◆ Assignment
Within the records below, reproduce without change the lines from the line that has "v 2.0461 0 9.041" through the line that has "v -1.8716 0.4064 8.7499", and only those.

(Stored entries)
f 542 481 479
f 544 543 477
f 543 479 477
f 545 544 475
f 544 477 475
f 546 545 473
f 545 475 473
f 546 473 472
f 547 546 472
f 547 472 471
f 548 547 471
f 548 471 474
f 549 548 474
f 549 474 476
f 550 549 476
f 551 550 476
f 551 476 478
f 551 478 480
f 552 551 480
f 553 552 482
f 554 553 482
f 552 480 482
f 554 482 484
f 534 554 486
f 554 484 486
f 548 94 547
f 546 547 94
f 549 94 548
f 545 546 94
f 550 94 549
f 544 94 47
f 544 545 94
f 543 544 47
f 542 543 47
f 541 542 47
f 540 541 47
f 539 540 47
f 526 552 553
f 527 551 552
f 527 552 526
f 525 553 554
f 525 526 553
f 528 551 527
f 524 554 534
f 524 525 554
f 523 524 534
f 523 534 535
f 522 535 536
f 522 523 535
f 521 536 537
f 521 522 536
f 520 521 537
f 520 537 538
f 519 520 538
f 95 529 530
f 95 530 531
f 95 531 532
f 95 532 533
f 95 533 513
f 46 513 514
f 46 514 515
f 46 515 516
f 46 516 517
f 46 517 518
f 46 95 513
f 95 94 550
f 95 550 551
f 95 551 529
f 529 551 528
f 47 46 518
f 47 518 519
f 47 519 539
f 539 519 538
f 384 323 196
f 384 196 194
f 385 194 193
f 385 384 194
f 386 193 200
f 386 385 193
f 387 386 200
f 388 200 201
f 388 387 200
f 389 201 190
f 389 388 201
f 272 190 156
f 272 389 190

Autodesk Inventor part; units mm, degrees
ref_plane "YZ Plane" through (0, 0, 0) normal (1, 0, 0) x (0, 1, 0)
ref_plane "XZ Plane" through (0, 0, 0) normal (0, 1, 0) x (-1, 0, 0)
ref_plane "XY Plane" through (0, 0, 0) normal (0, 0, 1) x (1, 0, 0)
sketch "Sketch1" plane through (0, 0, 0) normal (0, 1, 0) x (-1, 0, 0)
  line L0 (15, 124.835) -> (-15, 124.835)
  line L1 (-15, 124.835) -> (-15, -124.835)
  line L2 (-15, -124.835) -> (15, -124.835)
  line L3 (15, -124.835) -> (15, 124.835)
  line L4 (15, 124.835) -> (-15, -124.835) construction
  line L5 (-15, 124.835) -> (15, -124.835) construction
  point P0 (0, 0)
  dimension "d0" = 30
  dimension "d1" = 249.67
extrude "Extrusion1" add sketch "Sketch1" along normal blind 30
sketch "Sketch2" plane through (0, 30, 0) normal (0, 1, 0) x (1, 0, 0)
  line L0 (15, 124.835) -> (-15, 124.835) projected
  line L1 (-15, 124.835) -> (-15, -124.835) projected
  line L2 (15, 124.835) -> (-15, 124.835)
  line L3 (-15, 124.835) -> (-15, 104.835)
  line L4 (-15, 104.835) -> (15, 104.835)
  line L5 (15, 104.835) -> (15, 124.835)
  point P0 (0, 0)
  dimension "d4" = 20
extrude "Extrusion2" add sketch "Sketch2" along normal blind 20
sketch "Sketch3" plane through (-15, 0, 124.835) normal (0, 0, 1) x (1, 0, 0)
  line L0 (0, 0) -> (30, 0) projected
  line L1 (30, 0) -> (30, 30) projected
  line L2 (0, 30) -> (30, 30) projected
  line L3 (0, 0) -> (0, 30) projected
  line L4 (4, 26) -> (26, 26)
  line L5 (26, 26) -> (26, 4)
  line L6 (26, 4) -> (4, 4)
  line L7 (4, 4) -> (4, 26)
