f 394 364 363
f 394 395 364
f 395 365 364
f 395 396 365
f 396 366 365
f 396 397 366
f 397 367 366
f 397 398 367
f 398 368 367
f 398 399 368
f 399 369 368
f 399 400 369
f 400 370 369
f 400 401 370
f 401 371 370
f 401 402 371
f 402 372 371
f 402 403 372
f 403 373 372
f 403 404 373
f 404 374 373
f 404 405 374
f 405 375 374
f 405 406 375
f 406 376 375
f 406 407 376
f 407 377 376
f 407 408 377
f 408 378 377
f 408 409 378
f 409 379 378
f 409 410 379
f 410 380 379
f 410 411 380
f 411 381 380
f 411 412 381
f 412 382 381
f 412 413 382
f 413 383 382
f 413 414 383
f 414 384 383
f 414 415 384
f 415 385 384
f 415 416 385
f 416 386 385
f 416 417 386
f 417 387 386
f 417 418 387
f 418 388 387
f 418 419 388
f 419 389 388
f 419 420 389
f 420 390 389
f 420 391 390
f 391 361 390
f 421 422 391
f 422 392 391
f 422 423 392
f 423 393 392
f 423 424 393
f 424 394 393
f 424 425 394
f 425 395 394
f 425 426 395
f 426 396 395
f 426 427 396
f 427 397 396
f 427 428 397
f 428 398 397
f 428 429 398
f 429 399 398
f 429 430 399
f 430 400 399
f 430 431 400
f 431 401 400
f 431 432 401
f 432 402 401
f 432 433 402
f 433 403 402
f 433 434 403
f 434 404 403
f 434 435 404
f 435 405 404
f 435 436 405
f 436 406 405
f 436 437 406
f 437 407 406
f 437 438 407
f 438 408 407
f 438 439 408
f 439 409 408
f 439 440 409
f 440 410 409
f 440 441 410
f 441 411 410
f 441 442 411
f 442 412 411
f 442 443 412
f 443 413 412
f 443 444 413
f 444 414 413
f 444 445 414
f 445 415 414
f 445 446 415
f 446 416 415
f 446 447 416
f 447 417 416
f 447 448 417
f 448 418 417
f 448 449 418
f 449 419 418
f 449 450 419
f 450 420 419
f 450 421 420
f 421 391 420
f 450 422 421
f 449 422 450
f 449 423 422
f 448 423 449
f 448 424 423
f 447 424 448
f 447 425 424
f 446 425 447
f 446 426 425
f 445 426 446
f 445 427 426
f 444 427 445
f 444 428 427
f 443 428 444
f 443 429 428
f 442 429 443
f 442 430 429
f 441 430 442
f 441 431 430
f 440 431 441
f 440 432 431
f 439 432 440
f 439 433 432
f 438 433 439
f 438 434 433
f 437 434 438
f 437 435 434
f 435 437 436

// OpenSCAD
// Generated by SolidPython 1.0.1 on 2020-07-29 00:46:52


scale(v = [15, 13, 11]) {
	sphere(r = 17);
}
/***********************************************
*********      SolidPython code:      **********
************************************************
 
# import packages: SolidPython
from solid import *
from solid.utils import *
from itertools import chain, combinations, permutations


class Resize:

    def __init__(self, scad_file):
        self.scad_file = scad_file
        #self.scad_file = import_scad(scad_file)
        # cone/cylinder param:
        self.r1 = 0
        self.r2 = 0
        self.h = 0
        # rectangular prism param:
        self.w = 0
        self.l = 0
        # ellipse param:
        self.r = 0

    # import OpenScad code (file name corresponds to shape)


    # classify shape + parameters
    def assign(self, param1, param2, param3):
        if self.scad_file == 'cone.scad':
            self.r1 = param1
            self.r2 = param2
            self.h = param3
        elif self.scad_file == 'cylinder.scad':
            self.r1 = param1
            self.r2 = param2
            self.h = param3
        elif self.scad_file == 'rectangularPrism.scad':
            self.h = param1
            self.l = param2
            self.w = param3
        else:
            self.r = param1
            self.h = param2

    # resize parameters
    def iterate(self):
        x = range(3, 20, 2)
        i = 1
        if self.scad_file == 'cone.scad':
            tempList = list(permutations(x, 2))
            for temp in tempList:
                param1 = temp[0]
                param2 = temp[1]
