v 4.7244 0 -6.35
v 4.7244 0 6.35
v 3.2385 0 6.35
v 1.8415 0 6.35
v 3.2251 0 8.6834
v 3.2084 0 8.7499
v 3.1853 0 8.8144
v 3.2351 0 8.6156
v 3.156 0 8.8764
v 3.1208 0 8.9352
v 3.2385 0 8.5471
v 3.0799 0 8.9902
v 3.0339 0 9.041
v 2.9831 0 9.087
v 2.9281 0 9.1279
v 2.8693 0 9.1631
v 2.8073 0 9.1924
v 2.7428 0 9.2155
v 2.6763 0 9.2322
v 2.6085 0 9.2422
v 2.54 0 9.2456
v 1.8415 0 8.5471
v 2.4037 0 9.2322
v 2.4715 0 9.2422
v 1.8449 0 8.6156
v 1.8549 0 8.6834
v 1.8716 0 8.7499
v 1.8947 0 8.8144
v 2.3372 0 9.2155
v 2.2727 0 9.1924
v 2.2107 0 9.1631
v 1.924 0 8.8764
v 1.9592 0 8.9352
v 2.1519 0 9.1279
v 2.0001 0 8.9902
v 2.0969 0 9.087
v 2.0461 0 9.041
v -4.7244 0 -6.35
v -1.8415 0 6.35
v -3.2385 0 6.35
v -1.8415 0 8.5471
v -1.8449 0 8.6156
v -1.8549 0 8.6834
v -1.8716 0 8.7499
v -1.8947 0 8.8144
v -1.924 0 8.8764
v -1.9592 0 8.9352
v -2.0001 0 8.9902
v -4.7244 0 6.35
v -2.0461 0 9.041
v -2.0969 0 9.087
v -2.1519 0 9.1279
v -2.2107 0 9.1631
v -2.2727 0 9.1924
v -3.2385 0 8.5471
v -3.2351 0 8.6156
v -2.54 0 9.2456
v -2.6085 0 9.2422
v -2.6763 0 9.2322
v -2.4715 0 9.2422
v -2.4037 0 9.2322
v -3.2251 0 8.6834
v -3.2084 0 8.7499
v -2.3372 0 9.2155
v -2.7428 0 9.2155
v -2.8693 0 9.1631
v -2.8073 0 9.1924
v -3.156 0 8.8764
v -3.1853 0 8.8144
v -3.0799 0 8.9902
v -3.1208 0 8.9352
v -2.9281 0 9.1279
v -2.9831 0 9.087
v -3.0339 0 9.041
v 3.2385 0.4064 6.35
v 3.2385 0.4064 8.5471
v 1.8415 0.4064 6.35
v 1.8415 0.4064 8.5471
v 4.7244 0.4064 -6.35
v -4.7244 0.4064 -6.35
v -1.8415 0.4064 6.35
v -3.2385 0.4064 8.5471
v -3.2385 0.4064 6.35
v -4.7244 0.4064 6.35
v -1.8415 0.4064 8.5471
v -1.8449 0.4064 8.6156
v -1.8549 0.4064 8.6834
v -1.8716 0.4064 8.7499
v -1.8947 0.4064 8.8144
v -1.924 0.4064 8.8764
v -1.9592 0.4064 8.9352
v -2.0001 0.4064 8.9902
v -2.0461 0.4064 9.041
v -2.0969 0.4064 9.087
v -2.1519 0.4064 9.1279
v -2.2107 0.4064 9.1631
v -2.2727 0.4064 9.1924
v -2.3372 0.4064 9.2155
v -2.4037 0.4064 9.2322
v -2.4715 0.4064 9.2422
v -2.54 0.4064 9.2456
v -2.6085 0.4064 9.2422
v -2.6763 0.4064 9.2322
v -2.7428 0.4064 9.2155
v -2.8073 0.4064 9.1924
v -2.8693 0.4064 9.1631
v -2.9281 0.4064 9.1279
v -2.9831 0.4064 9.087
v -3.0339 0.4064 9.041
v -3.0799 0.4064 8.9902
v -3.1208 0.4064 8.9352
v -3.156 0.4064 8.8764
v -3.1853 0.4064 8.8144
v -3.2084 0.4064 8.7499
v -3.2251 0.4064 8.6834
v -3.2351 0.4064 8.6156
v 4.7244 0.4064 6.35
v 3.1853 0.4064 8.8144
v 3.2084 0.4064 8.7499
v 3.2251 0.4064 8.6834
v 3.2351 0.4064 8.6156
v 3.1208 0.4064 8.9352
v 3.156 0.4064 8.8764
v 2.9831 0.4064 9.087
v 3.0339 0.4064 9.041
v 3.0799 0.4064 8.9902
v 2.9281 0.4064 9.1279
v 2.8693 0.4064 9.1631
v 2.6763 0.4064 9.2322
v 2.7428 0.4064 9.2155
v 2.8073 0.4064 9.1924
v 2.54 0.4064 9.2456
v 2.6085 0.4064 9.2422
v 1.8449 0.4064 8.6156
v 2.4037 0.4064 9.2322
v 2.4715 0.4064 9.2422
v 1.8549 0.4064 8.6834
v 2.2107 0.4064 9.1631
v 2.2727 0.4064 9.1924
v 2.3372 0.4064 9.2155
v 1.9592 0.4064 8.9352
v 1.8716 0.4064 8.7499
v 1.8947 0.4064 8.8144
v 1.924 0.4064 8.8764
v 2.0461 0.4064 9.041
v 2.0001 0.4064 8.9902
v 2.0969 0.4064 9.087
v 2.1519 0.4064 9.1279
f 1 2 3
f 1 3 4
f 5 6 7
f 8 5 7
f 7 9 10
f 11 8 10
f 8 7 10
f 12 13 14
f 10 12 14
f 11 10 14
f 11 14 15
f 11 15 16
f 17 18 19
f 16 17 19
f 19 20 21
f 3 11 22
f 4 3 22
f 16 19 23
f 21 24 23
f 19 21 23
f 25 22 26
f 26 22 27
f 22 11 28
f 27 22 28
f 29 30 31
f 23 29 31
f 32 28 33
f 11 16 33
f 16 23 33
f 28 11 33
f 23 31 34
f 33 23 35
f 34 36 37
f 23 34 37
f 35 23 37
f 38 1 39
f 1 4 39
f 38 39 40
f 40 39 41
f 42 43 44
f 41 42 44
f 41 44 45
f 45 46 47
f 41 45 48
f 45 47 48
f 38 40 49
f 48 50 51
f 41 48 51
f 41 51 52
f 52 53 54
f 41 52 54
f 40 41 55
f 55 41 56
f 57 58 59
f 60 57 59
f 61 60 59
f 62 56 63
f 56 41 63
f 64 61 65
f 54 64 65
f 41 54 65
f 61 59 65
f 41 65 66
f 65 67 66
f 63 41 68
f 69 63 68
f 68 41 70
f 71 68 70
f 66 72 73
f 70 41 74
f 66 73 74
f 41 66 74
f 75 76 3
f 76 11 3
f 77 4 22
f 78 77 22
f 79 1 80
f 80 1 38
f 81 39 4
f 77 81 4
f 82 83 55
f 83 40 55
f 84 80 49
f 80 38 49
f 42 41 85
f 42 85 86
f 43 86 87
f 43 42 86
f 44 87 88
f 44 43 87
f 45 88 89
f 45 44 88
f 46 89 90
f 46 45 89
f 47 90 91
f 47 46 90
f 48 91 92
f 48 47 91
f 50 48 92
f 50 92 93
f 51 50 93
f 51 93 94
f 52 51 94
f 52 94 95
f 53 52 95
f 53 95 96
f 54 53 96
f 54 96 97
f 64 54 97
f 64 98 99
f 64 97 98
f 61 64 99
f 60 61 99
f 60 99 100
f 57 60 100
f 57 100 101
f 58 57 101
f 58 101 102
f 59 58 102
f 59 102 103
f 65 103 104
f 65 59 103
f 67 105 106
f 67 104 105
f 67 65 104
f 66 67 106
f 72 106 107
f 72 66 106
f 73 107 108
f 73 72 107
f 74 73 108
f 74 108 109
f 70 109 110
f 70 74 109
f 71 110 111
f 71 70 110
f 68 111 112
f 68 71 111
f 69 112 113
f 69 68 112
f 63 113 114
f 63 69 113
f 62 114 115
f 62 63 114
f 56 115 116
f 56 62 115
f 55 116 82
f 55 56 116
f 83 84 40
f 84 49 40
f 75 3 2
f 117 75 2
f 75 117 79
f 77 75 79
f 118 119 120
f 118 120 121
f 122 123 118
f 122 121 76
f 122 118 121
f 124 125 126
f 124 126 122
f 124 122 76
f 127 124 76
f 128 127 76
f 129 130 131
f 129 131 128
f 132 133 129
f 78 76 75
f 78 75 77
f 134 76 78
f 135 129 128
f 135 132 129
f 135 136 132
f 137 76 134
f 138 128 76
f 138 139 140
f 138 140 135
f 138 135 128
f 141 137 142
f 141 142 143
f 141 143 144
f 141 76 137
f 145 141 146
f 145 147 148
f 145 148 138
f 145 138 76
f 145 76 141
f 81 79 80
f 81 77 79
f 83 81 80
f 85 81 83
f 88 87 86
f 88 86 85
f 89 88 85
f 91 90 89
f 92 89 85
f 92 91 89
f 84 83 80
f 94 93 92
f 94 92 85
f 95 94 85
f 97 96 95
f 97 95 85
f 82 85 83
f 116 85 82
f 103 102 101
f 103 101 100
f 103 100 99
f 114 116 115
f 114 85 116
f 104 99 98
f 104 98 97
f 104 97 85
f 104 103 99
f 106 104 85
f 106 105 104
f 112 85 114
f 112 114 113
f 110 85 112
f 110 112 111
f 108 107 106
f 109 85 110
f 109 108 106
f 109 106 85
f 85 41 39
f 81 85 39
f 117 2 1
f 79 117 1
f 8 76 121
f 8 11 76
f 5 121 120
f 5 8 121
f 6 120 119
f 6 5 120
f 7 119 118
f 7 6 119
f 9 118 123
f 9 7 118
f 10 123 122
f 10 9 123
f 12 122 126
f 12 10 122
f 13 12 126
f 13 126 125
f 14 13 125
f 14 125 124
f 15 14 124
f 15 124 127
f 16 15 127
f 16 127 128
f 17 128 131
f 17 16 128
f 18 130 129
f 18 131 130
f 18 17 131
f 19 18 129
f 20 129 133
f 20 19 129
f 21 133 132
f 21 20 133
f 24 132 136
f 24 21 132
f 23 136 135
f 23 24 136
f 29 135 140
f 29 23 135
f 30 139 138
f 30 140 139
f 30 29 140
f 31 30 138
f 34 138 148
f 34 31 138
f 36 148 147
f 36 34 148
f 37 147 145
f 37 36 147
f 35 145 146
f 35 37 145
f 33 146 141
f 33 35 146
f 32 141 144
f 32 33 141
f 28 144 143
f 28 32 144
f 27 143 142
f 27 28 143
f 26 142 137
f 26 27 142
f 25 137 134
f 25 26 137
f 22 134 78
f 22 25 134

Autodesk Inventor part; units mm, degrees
sketch "Sketch_1" plane through (0, 0, 0) normal (0, 1, 0) x (-1, 0, 0)
  line L0 (4.7244, 6.35) -> (3.2385, 6.35)
  line L1 (3.2385, 6.35) -> (3.2385, 8.5471)
  arc A0 (3.2385, 8.5471) -> (1.8415, 8.5471) centre (2.54, 8.5471) ccw
  line L2 (1.8415, 8.5471) -> (1.8415, 6.35)
  line L3 (1.8415, 6.35) -> (-1.8415, 6.35)
  line L4 (-1.8415, 6.35) -> (-1.8415, 8.5471)
  arc A1 (-1.8415, 8.5471) -> (-3.2385, 8.5471) centre (-2.54, 8.5471) ccw
  line L5 (-3.2385, 8.5471) -> (-3.2385, 6.35)
  line L6 (-3.2385, 6.35) -> (-4.7244, 6.35)
  line L7 (-4.7244, 6.35) -> (-4.7244, -6.35)
  line L8 (-4.7244, -6.35) -> (4.7244, -6.35)
  line L9 (4.7244, -6.35) -> (4.7244, 6.35)
extrude "Extrusion1" add sketch "Sketch_1" along normal blind 0.4064
ref_plane "shtrmnl_XY" through (0, 0, 0) normal (0, 1, 0) x (1, 0, 0)
ref_plane "shtrmnl_YZ" through (0, 0, 0) normal (1, 0, 0) x (0, 0, -1)
ref_plane "shtrmnl_ZX" through (0, 0, 0) normal (0, 0, -1) x (0, 1, 0)
properties part number "M202830TX-switch"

◆ Written response
v 2.0461 0 9.041
v -4.7244 0 -6.35
v -1.8415 0 6.35
v -3.2385 0 6.35
v -1.8415 0 8.5471
v -1.8449 0 8.6156
v -1.8549 0 8.6834
v -1.8716 0 8.7499
v -1.8947 0 8.8144
v -1.924 0 8.8764
v -1.9592 0 8.9352
v -2.0001 0 8.9902
v -4.7244 0 6.35
v -2.0461 0 9.041
v -2.0969 0 9.087
v -2.1519 0 9.1279
v -2.2107 0 9.1631
v -2.2727 0 9.1924
v -3.2385 0 8.5471
v -3.2351 0 8.6156
v -2.54 0 9.2456
v -2.6085 0 9.2422
v -2.6763 0 9.2322
v -2.4715 0 9.2422
v -2.4037 0 9.2322
v -3.2251 0 8.6834
v -3.2084 0 8.7499
v -2.3372 0 9.2155
v -2.7428 0 9.2155
v -2.8693 0 9.1631
v -2.8073 0 9.1924
v -3.156 0 8.8764
v -3.1853 0 8.8144
v -3.0799 0 8.9902
v -3.1208 0 8.9352
v -2.9281 0 9.1279
v -2.9831 0 9.087
v -3.0339 0 9.041
v 3.2385 0.4064 6.35
v 3.2385 0.4064 8.5471
v 1.8415 0.4064 6.35
v 1.8415 0.4064 8.5471
v 4.7244 0.4064 -6.35
v -4.7244 0.4064 -6.35
v -1.8415 0.4064 6.35
v -3.2385 0.4064 8.5471
v -3.2385 0.4064 6.35
v -4.7244 0.4064 6.35
v -1.8415 0.4064 8.5471
v -1.8449 0.4064 8.6156
v -1.8549 0.4064 8.6834
v -1.8716 0.4064 8.7499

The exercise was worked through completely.